Teaching Elementary Pre-Service
Teachers to Use Curriculum Materials Critically
Kristin Gunckel and Blakely Tsurusaki, Michigan State University
Elementary teachers are often required either to follow mandated curriculum materials when teaching science or to develop their own materials. Research suggests that most science curriculum materials are of poor quality. Teachers are left either to teach from poor materials or to develop their own teaching materials and lessons, often drawing on poor materials for ideas. Furthermore, elementary teachers often lack the experience and knowledge to build quality materials and lesson sequences on their own. To address this situation, teacher educators in the Elementary Teachers and Curriculum Materials project (ETCM) incorporated teaching elementary pre-service teachers how to select, evaluate, modify, and use curriculum materials effectively into their science methods courses. This poster presents some of the activities designed to help pre-service teachers use materials well and examines some of the challenges involved in teaching elementary pre-service teachers how to critically and thoughtfully use curriculum materials in planning and teaching.

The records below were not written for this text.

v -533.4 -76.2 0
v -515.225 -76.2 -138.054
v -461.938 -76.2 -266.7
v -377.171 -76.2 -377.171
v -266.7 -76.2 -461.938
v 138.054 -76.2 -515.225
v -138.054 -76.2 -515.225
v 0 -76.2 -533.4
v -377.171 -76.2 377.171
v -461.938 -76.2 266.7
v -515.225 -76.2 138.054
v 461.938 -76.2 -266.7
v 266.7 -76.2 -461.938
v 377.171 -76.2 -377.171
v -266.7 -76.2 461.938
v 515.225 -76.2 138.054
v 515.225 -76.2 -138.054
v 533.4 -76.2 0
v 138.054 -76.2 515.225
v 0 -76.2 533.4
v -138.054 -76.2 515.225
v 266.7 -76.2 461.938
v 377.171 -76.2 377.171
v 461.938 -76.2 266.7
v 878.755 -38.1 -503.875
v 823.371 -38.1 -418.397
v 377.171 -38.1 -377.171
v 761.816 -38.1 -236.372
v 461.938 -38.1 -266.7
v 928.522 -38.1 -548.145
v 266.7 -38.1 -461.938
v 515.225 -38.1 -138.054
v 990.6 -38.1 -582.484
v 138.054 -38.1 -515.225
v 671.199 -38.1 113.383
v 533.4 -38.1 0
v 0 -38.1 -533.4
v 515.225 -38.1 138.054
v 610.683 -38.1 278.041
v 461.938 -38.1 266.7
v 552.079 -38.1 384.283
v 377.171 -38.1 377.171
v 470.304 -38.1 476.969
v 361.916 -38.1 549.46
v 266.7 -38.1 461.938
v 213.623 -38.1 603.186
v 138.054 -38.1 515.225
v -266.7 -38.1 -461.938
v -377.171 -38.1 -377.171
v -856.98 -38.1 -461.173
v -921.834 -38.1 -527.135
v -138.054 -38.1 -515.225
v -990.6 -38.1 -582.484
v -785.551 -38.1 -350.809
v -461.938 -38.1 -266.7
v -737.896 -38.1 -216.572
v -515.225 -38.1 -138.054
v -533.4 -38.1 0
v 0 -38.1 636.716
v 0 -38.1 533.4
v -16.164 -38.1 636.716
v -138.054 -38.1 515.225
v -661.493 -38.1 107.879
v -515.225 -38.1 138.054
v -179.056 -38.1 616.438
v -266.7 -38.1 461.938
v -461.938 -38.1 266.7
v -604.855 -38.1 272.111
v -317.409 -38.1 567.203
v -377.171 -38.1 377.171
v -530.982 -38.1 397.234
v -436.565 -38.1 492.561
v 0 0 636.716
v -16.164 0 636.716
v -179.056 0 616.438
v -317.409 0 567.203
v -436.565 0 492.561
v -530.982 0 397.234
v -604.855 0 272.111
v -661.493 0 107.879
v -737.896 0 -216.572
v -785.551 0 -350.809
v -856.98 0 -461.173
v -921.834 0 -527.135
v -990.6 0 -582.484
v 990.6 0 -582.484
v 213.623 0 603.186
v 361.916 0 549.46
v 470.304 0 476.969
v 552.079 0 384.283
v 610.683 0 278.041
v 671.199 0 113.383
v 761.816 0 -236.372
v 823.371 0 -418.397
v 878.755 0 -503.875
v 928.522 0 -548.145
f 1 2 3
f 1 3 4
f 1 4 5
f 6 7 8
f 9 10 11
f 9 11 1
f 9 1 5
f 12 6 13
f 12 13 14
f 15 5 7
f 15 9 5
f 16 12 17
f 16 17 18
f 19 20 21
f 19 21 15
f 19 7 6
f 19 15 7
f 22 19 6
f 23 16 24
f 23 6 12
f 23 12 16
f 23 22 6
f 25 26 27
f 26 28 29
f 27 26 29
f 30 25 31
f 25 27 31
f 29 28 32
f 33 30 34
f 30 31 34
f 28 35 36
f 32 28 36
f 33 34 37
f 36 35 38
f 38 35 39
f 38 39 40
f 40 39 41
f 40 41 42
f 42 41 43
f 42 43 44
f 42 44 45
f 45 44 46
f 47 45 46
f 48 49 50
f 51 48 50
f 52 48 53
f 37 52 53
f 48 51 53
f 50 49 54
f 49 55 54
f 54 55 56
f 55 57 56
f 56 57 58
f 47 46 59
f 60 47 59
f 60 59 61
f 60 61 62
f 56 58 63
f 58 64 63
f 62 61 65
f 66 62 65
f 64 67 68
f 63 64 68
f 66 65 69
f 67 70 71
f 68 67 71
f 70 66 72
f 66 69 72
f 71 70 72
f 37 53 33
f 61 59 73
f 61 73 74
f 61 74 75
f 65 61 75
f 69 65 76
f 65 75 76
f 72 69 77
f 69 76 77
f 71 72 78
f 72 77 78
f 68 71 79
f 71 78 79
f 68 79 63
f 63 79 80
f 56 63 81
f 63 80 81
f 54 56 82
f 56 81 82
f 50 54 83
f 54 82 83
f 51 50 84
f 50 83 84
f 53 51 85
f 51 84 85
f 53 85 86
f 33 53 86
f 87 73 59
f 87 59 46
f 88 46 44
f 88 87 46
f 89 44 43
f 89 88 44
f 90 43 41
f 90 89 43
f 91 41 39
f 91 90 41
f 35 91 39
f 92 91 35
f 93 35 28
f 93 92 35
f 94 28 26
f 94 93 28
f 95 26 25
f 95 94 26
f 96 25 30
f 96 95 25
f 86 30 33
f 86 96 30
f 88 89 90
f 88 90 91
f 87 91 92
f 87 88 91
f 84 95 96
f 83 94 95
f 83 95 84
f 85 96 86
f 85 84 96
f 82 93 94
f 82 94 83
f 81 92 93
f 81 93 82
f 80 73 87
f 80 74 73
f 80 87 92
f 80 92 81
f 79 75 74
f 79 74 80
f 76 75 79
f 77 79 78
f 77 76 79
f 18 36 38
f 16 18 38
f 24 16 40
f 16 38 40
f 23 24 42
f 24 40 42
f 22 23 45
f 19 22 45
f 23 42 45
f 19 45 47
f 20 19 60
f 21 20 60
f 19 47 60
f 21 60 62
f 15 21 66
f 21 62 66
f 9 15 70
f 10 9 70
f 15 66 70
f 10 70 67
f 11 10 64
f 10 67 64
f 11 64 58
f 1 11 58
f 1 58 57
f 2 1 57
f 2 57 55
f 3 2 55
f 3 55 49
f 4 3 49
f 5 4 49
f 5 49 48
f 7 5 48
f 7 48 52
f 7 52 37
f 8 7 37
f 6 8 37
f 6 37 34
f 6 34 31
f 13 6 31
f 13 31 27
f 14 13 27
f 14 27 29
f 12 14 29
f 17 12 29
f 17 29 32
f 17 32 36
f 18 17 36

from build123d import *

# Parameters (mm, degrees)
F0_R     = 533.4
F1_DEPTH = 76.2
F2_DEPTH = 38.1


with BuildPart() as f1:
    # F0 (on Front) → F1 (new body)
    with BuildSketch(Plane.XZ):
        Circle(F0_R)
    extrude(amount=F1_DEPTH)

    # F0 (on Front) → F2 (join)
    with BuildSketch(Plane.XZ):
        with BuildLine():
            add(Edge.make_bspline(
                [(0, 636.7163507462), (239.2118357706, 615.8238007368), (646.7304954871, 494.7721182449), (752.2000078985, -358.8744339162), (888.6927709826, -538.11212785), (990.6, -582.4836492538)],
                knots=[0, 0, 0, 0, 0.3511045998, 0.7477812832, 1, 1, 1, 1], degree=3))
            Line((0, 636.7163507462), (-16.1643760611, 636.7163507462))
            add(Edge.make_bspline(
                [(-16.1643760611, 636.7163507462), (-229.7135389785, 634.3414307642), (-676.1585202117, 432.5072199226), (-703.987628904, -342.8286029025), (-907.6178488485, -520.3338171156), (-990.6, -582.4836492538)],
                knots=[0.008772266, 0.008772266, 0.008772266, 0.008772266, 0.3564248173, 0.7365874264, 1, 1, 1, 1], degree=3))
            Line((-990.6, -582.4836492538), (990.6, -582.4836492538))
        make_face()
        Circle(F0_R, mode=Mode.SUBTRACT)
    extrude(amount=F2_DEPTH)


solid = f1.part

Comprehending Text and Reading
to Learn: How Middle School Students Integrate Pure Verbal Text Sections with
Visuo-Spatial Text Adjuncts When Reading Three Genres of Scientific Text
Mary Heitzman, University of Michigan
This poster is a literature review and possible research plan for studying how students integrate verbal text sections with visuo-spatial representations, depending on students’ reading comprehension levels and the type of scientific text. Current science reform initiatives support students’ learning and use of scientific practices in order to become “scientifically literate”—that is, to be knowledgeable and critical participants in society (American Association for the Advancement of Science [AAAS], 1990, 1993; National Research Council [NRC], 1996). The National Research Council, in its description of what scientific literacy means, states that “Scientific literacy entails being able to read with understanding articles about science in the popular press and to engage in social conversation about the validity of the conclusions” (NRC, 1996, p.22) [emphasis added]. What do students do when asked to “read with understanding” and “engage in social conversation” about scientific text that contains both pure verbal text sections and visuo-spatial representations such as diagrams and graphs? And how different are these processes when the individuals differ by comprehension levels and genres of scientific text?

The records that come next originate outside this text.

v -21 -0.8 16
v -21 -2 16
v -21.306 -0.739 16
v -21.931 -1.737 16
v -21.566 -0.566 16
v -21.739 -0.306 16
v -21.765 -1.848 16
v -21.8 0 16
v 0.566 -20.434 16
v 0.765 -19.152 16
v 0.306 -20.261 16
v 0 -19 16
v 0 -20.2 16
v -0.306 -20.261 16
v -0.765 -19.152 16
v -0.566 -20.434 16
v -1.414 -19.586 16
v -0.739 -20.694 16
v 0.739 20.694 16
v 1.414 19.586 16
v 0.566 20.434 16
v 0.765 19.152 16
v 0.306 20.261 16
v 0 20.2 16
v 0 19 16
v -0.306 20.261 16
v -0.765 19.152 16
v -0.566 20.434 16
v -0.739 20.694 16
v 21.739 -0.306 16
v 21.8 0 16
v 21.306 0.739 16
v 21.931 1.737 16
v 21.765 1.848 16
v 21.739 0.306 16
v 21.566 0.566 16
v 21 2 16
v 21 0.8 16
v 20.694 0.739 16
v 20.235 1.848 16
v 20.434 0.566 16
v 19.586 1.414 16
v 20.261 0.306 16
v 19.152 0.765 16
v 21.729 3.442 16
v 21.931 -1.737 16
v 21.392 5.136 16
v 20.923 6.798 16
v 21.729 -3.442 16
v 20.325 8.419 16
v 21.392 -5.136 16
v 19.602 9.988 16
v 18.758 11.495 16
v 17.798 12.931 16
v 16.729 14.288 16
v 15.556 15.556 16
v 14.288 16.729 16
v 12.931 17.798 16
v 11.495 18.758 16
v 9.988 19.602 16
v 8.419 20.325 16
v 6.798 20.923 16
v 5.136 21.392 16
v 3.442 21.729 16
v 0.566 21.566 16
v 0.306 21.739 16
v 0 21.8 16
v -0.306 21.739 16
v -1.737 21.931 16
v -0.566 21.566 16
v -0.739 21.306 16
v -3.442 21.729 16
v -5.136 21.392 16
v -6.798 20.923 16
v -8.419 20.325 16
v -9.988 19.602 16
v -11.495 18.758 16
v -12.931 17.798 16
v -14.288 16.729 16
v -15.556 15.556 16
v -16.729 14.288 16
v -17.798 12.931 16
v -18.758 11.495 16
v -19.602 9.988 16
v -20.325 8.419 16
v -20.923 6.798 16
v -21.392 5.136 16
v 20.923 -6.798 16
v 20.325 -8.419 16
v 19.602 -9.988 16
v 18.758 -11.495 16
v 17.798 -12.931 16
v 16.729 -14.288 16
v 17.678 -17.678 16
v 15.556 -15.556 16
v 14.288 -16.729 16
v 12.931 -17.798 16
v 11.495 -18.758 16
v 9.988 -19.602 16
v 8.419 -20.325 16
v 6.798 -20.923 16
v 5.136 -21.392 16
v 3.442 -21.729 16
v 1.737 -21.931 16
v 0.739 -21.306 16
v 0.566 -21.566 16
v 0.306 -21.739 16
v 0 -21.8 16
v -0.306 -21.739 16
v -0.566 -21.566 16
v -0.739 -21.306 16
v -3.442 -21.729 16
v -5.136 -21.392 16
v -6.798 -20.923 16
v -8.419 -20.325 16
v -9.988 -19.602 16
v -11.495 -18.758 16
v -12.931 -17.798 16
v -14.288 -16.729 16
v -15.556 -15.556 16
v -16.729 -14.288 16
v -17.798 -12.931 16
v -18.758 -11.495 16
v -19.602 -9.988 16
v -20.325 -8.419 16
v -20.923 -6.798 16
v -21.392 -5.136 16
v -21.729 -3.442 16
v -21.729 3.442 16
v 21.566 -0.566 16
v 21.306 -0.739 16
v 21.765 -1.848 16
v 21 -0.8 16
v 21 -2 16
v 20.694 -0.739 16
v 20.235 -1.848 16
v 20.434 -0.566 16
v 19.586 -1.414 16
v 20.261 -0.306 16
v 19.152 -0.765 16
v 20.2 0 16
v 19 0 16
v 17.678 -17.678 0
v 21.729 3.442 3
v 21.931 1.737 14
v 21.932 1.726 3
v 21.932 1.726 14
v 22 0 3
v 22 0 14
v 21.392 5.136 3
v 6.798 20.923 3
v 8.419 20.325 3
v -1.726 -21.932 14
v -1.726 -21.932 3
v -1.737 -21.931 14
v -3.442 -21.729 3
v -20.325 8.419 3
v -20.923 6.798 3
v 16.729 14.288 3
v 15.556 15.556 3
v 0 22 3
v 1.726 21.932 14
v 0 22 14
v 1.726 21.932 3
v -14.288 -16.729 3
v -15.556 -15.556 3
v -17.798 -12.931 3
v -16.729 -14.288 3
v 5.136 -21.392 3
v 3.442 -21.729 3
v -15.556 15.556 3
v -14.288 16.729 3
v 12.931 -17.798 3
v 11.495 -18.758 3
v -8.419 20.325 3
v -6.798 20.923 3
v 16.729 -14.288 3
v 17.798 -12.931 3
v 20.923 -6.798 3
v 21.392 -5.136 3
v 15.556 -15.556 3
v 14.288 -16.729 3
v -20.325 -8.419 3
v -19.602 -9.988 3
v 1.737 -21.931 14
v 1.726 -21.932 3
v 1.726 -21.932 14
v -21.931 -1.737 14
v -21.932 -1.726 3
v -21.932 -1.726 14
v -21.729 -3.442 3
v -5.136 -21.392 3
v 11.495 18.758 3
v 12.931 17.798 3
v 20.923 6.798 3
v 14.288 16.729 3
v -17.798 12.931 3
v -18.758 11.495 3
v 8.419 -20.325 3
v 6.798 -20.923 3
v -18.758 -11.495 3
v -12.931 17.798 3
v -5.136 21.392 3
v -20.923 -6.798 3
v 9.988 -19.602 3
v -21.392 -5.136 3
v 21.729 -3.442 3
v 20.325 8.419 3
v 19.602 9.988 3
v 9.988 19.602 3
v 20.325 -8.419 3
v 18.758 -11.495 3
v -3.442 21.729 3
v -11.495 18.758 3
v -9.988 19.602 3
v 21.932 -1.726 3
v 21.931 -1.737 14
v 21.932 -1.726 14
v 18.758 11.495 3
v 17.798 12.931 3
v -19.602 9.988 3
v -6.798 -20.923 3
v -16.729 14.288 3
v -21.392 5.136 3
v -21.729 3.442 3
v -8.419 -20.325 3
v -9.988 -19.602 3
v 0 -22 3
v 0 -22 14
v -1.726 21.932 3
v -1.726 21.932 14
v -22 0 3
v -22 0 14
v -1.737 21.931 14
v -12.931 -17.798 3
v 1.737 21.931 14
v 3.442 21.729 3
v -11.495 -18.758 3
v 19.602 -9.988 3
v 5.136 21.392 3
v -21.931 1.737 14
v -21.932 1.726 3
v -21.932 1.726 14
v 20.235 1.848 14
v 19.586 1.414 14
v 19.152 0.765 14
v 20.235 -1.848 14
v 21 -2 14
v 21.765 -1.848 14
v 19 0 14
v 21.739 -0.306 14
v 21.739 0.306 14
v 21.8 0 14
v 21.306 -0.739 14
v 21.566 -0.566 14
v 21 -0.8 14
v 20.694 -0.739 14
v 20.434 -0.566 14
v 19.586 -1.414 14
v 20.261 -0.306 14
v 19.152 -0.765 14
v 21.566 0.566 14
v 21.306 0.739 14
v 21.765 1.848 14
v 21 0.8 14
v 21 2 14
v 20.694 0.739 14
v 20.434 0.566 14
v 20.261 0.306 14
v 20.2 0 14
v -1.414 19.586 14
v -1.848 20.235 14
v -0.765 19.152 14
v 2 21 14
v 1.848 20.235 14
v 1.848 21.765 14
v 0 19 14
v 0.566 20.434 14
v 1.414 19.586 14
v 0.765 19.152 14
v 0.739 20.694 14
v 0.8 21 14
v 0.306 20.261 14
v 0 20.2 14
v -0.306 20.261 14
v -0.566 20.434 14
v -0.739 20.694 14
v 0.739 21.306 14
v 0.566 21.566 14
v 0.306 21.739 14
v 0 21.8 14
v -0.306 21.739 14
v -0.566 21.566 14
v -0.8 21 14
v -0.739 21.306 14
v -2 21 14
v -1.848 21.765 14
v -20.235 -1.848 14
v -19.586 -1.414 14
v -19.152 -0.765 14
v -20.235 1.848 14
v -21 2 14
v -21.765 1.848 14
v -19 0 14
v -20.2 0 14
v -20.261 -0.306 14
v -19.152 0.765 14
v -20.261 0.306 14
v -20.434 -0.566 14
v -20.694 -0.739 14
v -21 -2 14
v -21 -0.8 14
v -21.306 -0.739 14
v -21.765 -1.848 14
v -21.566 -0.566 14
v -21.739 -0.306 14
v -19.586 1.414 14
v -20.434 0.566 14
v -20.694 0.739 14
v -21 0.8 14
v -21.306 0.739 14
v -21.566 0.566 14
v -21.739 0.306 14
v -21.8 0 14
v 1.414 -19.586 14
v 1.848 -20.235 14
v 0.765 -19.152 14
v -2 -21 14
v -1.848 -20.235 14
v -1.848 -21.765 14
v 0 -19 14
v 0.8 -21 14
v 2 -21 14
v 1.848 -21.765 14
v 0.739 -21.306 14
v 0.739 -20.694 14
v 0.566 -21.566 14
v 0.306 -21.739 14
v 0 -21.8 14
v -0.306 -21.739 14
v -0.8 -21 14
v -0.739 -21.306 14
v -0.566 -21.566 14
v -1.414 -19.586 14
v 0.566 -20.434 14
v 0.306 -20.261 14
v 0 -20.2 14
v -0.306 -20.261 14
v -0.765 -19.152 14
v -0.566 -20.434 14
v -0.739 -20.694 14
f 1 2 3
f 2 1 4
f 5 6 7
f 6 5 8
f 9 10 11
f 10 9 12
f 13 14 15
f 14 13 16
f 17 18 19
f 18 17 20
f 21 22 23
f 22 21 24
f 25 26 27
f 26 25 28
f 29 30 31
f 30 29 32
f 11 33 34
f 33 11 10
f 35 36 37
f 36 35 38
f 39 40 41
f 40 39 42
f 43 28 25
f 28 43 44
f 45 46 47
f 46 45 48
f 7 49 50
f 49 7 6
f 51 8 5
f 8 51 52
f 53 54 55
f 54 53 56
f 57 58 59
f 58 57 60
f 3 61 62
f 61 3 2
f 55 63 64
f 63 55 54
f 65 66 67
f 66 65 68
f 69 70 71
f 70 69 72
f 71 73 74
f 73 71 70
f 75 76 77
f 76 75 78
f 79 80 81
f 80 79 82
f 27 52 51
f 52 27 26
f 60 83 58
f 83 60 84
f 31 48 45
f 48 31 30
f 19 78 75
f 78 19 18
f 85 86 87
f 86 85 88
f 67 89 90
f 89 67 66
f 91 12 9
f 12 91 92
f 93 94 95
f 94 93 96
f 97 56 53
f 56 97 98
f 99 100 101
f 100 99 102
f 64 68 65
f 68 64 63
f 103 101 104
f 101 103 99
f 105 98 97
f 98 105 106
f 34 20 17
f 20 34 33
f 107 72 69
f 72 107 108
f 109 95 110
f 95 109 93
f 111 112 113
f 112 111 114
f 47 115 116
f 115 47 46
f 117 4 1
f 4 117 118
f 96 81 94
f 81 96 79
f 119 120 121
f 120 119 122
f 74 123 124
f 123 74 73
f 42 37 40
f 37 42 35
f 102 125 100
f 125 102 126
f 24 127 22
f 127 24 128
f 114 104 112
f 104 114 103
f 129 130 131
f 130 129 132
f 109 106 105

Many analyses have focused on visuo-spatial representations, their relationships with verbal text sections, and how students engage with the two when learning content through comprehension of scientific texts. However, most studies have studied these relationships with reading comprehension as the predictor in identifying representations that “help” students’ recall of main ideas and details in the texts. Literacy researchers also agree that as elementary students move on to middle school and high school, the demands of comprehending scientific texts increase—both by the complexity of content and by the shifting away from narrative texts and towards expository and real-world text structures. This study focuses on comprehension as a factor in students’ processing and integration of the verbal and visuo-spatial components of the scientific texts. This study also looks at what students do with the components from three different text types: real-world (such as newspaper articles), narrative, and expository texts. This study will inform the literacy, science education, visuo-spatial cognition, and curriculum design communities, as we try to understand how to help students learn to read scientific texts with understanding and to engage in social conversation about the subject matter.
Students' Discussions of Data:
Affordances and Constraints of First and Secondhand Experiences
Barbara Hug, University of Illinois at Urbana-Champaign, and Kate McNeill,
University of Michigan
Students develop scientific knowledge by actively engaging in scientific ways of knowing, such as asking questions, designing experiments, and analyzing data. Recent research literature and national standards call for students to engage in scientific inquiry practices, such as designing investigations and analyzing data. Yet scientific inquiry practices have been shown to be challenging for students.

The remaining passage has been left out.